Commercially, I shot very little color neg film (never?) but no matter what, I lived in the DC area and had access to good labs. For the last 6 years, I lived in the boonies about 10-14 hours from DC and there was no way I would drive that far to watch over my processing.

You live in NYC. Great. No everyone does. Believe it or not I still have photos I am waiting to find the right lab for. None of the ones I knew/used could do what I wanted.
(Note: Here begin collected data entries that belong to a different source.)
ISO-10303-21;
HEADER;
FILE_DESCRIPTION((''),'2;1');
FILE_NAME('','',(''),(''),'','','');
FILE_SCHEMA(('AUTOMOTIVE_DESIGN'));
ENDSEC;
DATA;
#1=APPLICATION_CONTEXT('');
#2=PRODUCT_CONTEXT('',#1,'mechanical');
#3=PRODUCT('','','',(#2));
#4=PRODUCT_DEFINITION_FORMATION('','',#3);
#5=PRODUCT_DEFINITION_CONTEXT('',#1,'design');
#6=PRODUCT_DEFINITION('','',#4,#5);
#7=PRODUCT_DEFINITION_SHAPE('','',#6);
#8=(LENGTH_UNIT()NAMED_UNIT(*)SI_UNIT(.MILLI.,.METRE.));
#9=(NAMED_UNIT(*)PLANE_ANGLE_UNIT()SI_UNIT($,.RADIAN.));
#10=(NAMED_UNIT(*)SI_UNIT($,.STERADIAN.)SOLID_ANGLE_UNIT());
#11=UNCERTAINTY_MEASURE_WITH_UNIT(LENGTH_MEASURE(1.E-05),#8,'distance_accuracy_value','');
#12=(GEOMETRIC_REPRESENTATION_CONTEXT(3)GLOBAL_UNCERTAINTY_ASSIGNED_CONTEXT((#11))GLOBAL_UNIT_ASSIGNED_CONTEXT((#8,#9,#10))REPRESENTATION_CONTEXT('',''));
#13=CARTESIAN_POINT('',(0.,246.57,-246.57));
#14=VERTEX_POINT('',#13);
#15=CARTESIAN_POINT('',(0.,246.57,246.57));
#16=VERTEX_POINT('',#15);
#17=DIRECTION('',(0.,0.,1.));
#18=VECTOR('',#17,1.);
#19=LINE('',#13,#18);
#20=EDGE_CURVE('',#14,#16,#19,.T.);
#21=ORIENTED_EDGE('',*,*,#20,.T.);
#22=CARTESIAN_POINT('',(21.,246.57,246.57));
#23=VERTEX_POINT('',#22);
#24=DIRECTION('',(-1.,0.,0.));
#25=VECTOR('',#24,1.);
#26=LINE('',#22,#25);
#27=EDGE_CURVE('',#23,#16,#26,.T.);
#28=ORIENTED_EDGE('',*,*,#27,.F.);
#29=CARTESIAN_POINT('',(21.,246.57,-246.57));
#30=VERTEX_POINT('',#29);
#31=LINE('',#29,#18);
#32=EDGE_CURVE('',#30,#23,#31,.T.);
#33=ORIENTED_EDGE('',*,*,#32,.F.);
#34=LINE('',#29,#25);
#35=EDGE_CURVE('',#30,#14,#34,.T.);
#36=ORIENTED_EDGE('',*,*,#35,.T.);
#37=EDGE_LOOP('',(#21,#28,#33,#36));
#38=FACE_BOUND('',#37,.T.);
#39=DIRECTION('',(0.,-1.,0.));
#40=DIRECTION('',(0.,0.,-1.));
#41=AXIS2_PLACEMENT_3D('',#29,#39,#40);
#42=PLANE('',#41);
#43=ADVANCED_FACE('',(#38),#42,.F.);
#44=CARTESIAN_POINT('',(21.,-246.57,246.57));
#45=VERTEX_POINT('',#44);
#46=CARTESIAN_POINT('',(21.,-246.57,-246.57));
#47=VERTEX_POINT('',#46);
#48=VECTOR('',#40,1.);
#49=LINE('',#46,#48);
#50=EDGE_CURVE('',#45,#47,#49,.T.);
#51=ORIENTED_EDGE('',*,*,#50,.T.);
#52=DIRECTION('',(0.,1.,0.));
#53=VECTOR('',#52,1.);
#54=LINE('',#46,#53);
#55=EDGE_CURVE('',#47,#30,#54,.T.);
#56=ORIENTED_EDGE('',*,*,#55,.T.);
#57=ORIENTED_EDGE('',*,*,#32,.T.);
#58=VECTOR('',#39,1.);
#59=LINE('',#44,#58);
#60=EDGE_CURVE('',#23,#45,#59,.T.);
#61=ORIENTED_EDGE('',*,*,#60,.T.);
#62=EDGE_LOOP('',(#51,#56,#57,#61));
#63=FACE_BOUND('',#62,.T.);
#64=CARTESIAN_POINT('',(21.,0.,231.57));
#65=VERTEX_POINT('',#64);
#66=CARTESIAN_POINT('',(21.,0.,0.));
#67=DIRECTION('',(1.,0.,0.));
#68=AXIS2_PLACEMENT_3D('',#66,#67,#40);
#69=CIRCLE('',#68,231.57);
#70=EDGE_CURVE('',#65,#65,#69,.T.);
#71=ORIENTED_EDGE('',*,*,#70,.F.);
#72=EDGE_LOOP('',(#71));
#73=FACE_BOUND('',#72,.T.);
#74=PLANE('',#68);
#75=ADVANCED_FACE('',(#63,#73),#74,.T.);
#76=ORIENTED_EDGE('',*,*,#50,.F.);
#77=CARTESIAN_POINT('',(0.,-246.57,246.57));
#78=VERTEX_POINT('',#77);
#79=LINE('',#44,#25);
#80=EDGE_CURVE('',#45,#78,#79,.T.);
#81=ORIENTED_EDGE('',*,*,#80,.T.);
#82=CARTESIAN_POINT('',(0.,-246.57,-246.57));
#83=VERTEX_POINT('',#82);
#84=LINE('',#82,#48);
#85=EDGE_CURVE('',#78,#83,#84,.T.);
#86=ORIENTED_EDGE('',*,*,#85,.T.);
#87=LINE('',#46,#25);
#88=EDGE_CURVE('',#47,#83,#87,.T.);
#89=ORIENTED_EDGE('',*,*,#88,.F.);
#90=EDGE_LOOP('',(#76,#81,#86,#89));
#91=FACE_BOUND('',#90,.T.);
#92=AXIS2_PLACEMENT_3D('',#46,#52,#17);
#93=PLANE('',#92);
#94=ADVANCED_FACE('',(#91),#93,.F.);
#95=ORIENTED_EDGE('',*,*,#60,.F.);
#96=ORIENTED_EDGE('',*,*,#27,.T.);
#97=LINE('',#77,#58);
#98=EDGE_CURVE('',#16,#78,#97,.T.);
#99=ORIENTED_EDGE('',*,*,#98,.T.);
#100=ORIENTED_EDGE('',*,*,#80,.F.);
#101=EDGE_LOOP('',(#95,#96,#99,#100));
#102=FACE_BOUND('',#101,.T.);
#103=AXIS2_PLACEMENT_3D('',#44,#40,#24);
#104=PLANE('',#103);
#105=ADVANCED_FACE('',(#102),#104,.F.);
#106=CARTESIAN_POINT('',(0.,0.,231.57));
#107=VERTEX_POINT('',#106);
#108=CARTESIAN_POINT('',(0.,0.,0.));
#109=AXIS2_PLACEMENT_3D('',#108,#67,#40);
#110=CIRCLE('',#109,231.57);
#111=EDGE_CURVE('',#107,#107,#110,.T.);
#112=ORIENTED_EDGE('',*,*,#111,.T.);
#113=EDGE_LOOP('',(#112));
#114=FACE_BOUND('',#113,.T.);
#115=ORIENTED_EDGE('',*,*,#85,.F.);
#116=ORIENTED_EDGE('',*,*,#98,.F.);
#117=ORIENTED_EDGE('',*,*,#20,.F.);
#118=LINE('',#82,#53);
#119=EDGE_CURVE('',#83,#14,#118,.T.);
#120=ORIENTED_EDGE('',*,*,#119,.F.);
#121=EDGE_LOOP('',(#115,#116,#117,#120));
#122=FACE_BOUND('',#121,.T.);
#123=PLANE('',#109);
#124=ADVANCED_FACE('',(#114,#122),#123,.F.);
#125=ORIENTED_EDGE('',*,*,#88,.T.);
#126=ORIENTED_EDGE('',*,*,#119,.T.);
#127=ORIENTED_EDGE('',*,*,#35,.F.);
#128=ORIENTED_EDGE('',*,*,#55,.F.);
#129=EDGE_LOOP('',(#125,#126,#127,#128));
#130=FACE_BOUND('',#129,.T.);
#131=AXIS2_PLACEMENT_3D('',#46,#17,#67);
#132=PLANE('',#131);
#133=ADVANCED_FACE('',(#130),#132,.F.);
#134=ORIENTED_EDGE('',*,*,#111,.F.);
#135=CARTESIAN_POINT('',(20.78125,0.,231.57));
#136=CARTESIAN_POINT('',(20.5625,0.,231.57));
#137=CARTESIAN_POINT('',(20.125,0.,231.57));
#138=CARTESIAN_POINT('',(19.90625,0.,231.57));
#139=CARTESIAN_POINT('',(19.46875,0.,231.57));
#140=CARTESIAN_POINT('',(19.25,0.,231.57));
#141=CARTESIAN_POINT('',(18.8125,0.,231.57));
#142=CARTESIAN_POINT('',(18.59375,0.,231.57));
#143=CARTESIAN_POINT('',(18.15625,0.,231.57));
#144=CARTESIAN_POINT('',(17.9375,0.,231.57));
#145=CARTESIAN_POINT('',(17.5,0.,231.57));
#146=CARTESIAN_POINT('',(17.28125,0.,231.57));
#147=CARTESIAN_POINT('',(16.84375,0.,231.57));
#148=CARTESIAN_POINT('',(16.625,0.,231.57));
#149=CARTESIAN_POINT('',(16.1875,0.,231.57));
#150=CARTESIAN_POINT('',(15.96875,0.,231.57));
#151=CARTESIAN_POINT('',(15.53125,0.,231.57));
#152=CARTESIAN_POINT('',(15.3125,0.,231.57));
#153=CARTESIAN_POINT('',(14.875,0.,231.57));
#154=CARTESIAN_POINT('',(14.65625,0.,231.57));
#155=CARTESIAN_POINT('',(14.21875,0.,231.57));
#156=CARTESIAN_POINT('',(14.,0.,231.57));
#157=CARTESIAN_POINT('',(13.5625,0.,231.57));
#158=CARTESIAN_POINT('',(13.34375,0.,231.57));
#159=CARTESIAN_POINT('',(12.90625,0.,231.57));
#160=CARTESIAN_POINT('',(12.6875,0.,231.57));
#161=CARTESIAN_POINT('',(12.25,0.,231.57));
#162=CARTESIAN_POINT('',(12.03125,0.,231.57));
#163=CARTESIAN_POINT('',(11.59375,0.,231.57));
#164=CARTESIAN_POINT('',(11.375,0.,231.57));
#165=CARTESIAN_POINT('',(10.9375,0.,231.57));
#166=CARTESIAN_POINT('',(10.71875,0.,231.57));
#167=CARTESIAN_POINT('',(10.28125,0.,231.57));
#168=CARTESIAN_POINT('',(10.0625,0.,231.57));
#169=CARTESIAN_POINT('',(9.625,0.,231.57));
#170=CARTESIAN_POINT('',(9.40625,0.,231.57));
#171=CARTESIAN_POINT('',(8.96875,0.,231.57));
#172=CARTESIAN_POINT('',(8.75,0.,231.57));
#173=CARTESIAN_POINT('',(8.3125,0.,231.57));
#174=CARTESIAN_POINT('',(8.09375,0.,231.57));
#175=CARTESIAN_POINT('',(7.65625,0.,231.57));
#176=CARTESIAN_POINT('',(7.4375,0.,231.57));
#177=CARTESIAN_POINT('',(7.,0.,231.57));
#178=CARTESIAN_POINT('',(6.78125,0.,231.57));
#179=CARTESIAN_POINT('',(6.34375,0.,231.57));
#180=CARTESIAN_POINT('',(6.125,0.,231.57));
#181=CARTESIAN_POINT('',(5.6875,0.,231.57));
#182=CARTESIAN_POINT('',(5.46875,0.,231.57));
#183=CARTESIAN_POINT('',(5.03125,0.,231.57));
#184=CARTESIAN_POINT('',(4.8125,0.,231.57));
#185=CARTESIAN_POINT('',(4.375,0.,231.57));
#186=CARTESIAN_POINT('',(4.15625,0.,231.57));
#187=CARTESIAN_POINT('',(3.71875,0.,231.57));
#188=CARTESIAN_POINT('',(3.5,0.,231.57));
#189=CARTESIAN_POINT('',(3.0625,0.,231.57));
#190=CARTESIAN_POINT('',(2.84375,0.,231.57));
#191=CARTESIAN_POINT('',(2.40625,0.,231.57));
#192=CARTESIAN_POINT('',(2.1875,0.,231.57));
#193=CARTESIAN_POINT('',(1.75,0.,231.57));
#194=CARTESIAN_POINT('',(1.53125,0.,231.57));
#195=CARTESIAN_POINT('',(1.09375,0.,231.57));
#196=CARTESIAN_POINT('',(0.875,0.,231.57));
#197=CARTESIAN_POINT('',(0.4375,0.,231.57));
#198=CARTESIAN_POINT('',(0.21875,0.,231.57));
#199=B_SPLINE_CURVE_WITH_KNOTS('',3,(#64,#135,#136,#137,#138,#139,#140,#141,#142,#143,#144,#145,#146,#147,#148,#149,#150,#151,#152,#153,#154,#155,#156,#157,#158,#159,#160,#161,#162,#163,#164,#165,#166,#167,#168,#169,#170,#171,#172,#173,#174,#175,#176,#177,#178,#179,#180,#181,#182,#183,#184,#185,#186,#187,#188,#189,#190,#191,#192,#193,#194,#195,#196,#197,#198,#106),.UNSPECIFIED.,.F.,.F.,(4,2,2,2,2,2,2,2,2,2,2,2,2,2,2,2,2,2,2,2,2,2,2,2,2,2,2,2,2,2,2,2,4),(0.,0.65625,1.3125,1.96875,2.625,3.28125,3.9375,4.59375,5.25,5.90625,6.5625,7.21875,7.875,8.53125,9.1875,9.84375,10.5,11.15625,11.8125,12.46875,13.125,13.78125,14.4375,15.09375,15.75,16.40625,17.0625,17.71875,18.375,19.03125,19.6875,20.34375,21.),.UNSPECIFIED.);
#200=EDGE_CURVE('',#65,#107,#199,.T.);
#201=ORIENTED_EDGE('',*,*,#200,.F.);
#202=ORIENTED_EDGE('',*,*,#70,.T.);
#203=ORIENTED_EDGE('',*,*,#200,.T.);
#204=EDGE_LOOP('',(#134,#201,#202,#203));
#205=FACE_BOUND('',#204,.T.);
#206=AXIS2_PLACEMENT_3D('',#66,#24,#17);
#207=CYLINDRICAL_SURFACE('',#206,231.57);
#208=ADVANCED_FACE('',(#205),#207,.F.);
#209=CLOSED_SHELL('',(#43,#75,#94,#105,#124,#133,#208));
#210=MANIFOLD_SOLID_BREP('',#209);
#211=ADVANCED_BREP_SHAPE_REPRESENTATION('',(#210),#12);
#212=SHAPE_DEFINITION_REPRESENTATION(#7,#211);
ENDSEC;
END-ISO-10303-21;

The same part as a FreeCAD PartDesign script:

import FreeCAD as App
import Part
import Sketcher

V = App.Vector
Q = App.Units.Quantity


def add_polygon(sketch, points):
    """Adds a closed chain of lines whose ends are joined by coincident constraints."""
    first, n = sketch.GeometryCount, len(points)
    for a, b in zip(points, points[1:] + points[:1]):
        sketch.addGeometry(Part.LineSegment(App.Vector(*a, 0), App.Vector(*b, 0)), False)
    for i in range(n):
        sketch.addConstraint(Sketcher.Constraint("Coincident", first + i, 2, first + (i + 1) % n, 1))

doc = App.newDocument("Part")
params = doc.addObject("Spreadsheet::Sheet", "Params")
for row, (alias, value) in enumerate([
    ("sketch1_diameter", "463.14 mm"),
    ("sketch1_width", "493.14 mm"),
    ("pad1_length", "21 mm"),
], start=1):
    params.set(f"A{row}", alias)
    params.set(f"B{row}", "=" + value)
    params.setAlias(f"B{row}", alias)

body = doc.addObject("PartDesign::Body", "Body")

# Sketch on YZ plane
sketch1 = body.newObject("Sketcher::SketchObject", "Sketch")
sketch1.AttachmentSupport = (doc.getObject("YZ_Plane"), [""])
sketch1.MapMode = "FlatFace"
add_polygon(sketch1, [(247, 247), (-247, 247), (-247, -247), (247, -247)])  # lines 0-3
sketch1.addGeometry(Part.Circle(V(0, 0, 0), V(0, 0, 1), 232), False)  # 4
sketch1.addConstraint(Sketcher.Constraint("Horizontal", 0))
sketch1.addConstraint(Sketcher.Constraint("Vertical", 1))
sketch1.addConstraint(Sketcher.Constraint("Horizontal", 2))
sketch1.addConstraint(Sketcher.Constraint("Vertical", 3))
sketch1.addConstraint(Sketcher.Constraint("Coincident", 4, 3, -1, 1))
sketch1.addConstraint(Sketcher.Constraint("Symmetric", 0, 2, 2, 2, -1, 1))
sketch1.addConstraint(Sketcher.Constraint("Equal", 2, 1))
sketch1.addConstraint(Sketcher.Constraint("Diameter", 4, Q("463.14 mm")))
sketch1.addConstraint(Sketcher.Constraint("DistanceX", 0, 2, 0, 1, Q("493.14 mm")))
sketch1.setExpression("Constraints[11]", "Params.sketch1_diameter")
sketch1.setExpression("Constraints[12]", "Params.sketch1_width")
pad1 = body.newObject("PartDesign::Pad", "Pad")
pad1.Profile = sketch1
pad1.setExpression("Length", "Params.pad1_length")

doc.recompute()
Yes, I have been away from the business for a while, but it makes it that much harder to figure out who to trust. No matter what film I'm using. Not that I would be using film anymore for non-personal work.


----------



## epatsellis (Jul 21, 2010)

CC, if color work is important, and in your workflow there are times when film works better, it's really not that hard to process C41 film correctly, nor expensive. If you have a film scanner already, and remember how to process b&w film, the only significant difference is continuous agitation and a water bath, that's it. (unless you do what I did and buy a processor, of course)


----------



## UUilliam (Jul 22, 2010)

With film, Most do not have the capability to set itself for a specific colour temperature

it can be fixed by using a colour filter (thus their existence, they have little to no purpose in digital photography unless your looking to offset colour balance but even at that...
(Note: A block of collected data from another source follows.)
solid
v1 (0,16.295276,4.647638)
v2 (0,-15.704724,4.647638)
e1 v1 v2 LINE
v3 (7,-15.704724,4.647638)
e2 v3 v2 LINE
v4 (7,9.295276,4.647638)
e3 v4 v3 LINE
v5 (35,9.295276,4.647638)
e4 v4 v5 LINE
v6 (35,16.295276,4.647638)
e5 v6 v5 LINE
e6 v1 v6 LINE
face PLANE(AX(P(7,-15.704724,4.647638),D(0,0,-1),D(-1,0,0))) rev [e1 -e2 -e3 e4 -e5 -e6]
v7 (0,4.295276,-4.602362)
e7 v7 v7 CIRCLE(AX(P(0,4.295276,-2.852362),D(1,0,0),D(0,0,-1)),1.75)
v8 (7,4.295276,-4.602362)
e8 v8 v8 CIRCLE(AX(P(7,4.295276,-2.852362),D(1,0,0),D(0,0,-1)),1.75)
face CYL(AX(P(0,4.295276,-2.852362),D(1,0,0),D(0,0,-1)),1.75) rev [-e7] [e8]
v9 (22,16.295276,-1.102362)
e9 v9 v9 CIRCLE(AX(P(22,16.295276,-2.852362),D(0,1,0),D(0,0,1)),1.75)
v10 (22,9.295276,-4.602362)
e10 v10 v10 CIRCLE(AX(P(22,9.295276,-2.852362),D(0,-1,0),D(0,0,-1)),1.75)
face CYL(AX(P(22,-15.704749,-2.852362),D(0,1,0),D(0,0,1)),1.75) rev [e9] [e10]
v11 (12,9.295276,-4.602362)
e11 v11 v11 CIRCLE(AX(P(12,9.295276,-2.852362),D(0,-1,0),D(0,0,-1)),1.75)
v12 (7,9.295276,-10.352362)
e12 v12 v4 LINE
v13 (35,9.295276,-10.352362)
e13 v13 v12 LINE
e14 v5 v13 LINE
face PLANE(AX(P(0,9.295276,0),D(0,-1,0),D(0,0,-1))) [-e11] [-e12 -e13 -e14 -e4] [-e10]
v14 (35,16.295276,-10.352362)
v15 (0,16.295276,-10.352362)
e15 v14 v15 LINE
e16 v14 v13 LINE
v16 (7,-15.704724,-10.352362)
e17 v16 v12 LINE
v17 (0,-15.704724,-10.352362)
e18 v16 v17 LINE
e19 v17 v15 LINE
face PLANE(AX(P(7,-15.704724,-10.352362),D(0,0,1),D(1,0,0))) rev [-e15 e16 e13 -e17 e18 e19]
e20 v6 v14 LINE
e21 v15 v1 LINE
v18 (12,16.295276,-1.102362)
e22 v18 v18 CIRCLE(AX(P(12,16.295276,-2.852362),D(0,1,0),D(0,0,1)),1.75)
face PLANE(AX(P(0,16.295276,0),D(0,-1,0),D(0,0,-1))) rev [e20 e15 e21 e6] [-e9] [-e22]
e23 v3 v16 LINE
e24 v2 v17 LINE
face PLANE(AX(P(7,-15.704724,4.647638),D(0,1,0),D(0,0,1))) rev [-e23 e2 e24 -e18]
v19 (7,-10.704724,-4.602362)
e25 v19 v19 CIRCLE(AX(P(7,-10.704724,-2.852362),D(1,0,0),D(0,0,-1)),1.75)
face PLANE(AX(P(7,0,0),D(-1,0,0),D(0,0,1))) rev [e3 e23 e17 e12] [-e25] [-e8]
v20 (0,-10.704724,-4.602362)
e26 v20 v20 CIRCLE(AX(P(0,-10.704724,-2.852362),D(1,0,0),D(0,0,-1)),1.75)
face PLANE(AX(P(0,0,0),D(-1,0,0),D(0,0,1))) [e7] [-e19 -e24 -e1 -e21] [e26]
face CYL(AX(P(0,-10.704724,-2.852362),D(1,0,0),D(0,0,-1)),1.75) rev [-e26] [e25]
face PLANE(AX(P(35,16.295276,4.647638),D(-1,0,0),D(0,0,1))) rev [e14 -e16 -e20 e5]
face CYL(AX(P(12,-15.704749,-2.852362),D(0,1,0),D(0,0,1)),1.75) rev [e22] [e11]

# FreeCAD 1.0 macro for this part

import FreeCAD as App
import Part
import Sketcher
from FreeCAD import Vector
Q = App.Units.Quantity

doc = App.newDocument("Part")
body = doc.addObject("PartDesign::Body", "Body")

# Sketch on YZ plane
sketch1 = body.newObject("Sketcher::SketchObject", "Sketch")
sketch1.AttachmentSupport = (doc.getObject("YZ_Plane"), [""])
sketch1.MapMode = "FlatFace"
sketch1.addGeometry([
    Part.LineSegment(Vector(9.295276, 4.647638, 0), Vector(-15.704724, 4.647638, 0)),
    Part.LineSegment(Vector(-15.704724, 4.647638, 0), Vector(-15.704724, -10.352362, 0)),
    Part.LineSegment(Vector(-15.704724, -10.352362, 0), Vector(9.295276, -10.352362, 0)),
    Part.LineSegment(Vector(9.295276, -10.352362, 0), Vector(9.295276, 4.647638, 0)),
], False)
sketch1.addConstraint([
    Sketcher.Constraint("Coincident", 0, 2, 1, 1),
    Sketcher.Constraint("Coincident", 1, 2, 2, 1),
    Sketcher.Constraint("Coincident", 2, 2, 3, 1),
    Sketcher.Constraint("Coincident", 3, 2, 0, 1),
    Sketcher.Constraint("Horizontal", 0),
    Sketcher.Constraint("Vertical", 1),
    Sketcher.Constraint("Horizontal", 2),
    Sketcher.Constraint("Vertical", 3),
    Sketcher.Constraint("DistanceX", 0, 2, 0, 1, Q("25 mm")),
    Sketcher.Constraint("DistanceY", 1, 2, 1, 1, Q("15 mm")),
    Sketcher.Constraint("DistanceY", -1, 1, 0, 2, Q("4.647638 mm")),
    Sketcher.Constraint("DistanceX", 0, 2, -1, 1, Q("15.704724 mm")),
])
pad1 = body.newObject("PartDesign::Pad", "Pad")
pad1.Profile = sketch1
pad1.Length = 7

# Sketch on YZ plane
sketch2 = body.newObject("Sketcher::SketchObject", "Sketch001")
sketch2.AttachmentSupport = (doc.getObject("YZ_Plane"), [""])
sketch2.MapMode = "FlatFace"
sketch2.AttachmentOffset = App.Placement(Vector(0, 0, 7), App.Rotation())
sketch2.addGeometry([
    Part.Circle(Vector(-10.704724, -2.852362, 0), Vector(0, 0, 1), 1.75),
    Part.Circle(Vector(4.295276, -2.852362, 0), Vector(0, 0, 1), 1.75),
], False)
sketch2.addConstraint([
    Sketcher.Constraint("Equal", 0, 1),
    Sketcher.Constraint("Horizontal", 0, 3, 1, 3),
    Sketcher.Constraint("Diameter", 0, Q("3.5 mm")),
    Sketcher.Constraint("DistanceX", 0, 3, 1, 3, Q("15 mm")),
    Sketcher.Constraint("DistanceY", 0, 3, -1, 1, Q("2.852362 mm")),
    Sketcher.Constraint("DistanceX", 0, 3, -1, 1, Q("10.704724 mm")),
])
pocket1 = body.newObject("PartDesign::Pocket", "Pocket")
pocket1.Profile = sketch2
pocket1.Type = "ThroughAll"

# Sketch on XZ plane
sketch3 = body.newObject("Sketcher::SketchObject", "Sketch002")
sketch3.AttachmentSupport = (doc.getObject("XZ_Plane"), [""])
sketch3.MapMode = "FlatFace"
sketch3.AttachmentOffset = App.Placement(Vector(0, 0, -9.295276), App.Rotation())
sketch3.addGeometry([
    Part.LineSegment(Vector(0, -10.352362, 0), Vector(0, 4.647638, 0)),
    Part.LineSegment(Vector(0, 4.647638, 0), Vector(35, 4.647638, 0)),
    Part.LineSegment(Vector(35, 4.647638, 0), Vector(35, -10.352362, 0)),
    Part.LineSegment(Vector(35, -10.352362, 0), Vector(0, -10.352362, 0)),
], False)
sketch3.addConstraint([
    Sketcher.Constraint("Coincident", 0, 2, 1, 1),
    Sketcher.Constraint("Coincident", 1, 2, 2, 1),
    Sketcher.Constraint("Coincident", 2, 2, 3, 1),
    Sketcher.Constraint("Coincident", 3, 2, 0, 1),
    Sketcher.Constraint("Vertical", 0),
    Sketcher.Constraint("Horizontal", 1),
    Sketcher.Constraint("Vertical", 2),
    Sketcher.Constraint("Horizontal", 3),
    Sketcher.Constraint("PointOnObject", 0, 2, -2),
    Sketcher.Constraint("DistanceX", 1, 1, 1, 2, Q("35 mm")),
    Sketcher.Constraint("DistanceY", 0, 1, 0, 2, Q("15 mm")),
    Sketcher.Constraint("DistanceY", -1, 1, 0, 2, Q("4.647638 mm")),
])
pad2 = body.newObject("PartDesign::Pad", "Pad001")
pad2.Profile = sketch3
pad2.Length = 7
pad2.Reversed = True

# Sketch on XZ plane
sketch4 = body.newObject("Sketcher::SketchObject", "Sketch003")
sketch4.AttachmentSupport = (doc.getObject("XZ_Plane"), [""])
sketch4.MapMode = "FlatFace"
sketch4.AttachmentOffset = App.Placement(Vector(0, 0, -16.295276), App.Rotation())
sketch4.addGeometry([
    Part.Circle(Vector(12, -2.852362, 0), Vector(0, 0, 1), 1.75),
    Part.Circle(Vector(22, -2.852362, 0), Vector(0, 0, 1), 1.75),
], False)
sketch4.addConstraint([
    Sketcher.Constraint("Equal", 0, 1),
    Sketcher.Constraint("Horizontal", 0, 3, 1, 3),
    Sketcher.Constraint("Diameter", 0, Q("3.5 mm")),
    Sketcher.Constraint("DistanceX", -1, 1, 0, 3, Q("12 mm")),
    Sketcher.Constraint("DistanceX", -1, 1, 1, 3, Q("22 mm")),
    Sketcher.Constraint("DistanceY", 0, 3, -1, 1, Q("2.852362 mm")),
])
pocket2 = body.newObject("PartDesign::Pocket", "Pocket001")
pocket2.Profile = sketch4
pocket2.Type = "ThroughAll"
pocket2.Reversed = True

doc.recompute()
I think you could also fix it in the dark room using different toners (i have no experience in a dark room therefore do not take my word for it.)

or now we are in the digital age, buy a negative scanner and load it into your computer and correct the colour temp via photoshop (LAB mode and use curves on A channel and B channel L is lightness) or open in adobe camera raw and fix colour temp within seconds.


----------



## epatsellis (Jul 22, 2010)

William, did you even read what helen posted above? Substitute noise for grain and suddenly that blue noise you see when shooting under tungsten makes sense. (every digital camera I have ever used does this) If anything, digital benefits as much, if not more, from proper color correction filtration. I use my Decamired and CC filters far more now than I used to. If you are trying to achieve the highest possible image quality, a color correction filter is mandatory to reduce noise and maximize dynamic range.


----------



## UUilliam (Jul 22, 2010)

No, I did not read it however I will do.


----------



## c.cloudwalker (Jul 22, 2010)

epatsellis said:


> CC, if color work is important, and in your workflow there are times when film works better, it's really not that hard to process C41 film correctly, nor expensive. If you have a film scanner already, and remember how to process b&w film, the only significant difference is continuous agitation and a water bath, that's it. (unless you do what I did and buy a processor, of course)



You are absolutely correct although I never upgraded my darkroom to color because I didn't see any point. Most of my color work was pro work and the cost of processing was passed on to the customer. The only C41 work I did was weddings and I had not intention to deal with that myself. The "wedding labs" were just fine  Not to mention I could make more money shooting then spending time in the darkroom.

My personal work was all B&W and, that, I did all the darkroom work myself. My way of relaxing 

But my point (however badly stated, I see now) was that unless you use pro labs, you have no control over the output. And considering that most amateurs today find film work to be expensive, they probably are not going to sent their films to such a lab.


----------



## c.cloudwalker (Jul 22, 2010)

By the way, epatsellis, how much C41 do you do and for what kind of jobs? From what I've seen of your posts, I'm not sure why you would use it that much and, thus, even need a processor.


----------



## epatsellis (Jul 22, 2010)

I have two clients that periodically require available light (day and night) images of construction projects and buildings. Two or three times a year, I shoot between 200 and 300 4x5 negatives over the course of a week. 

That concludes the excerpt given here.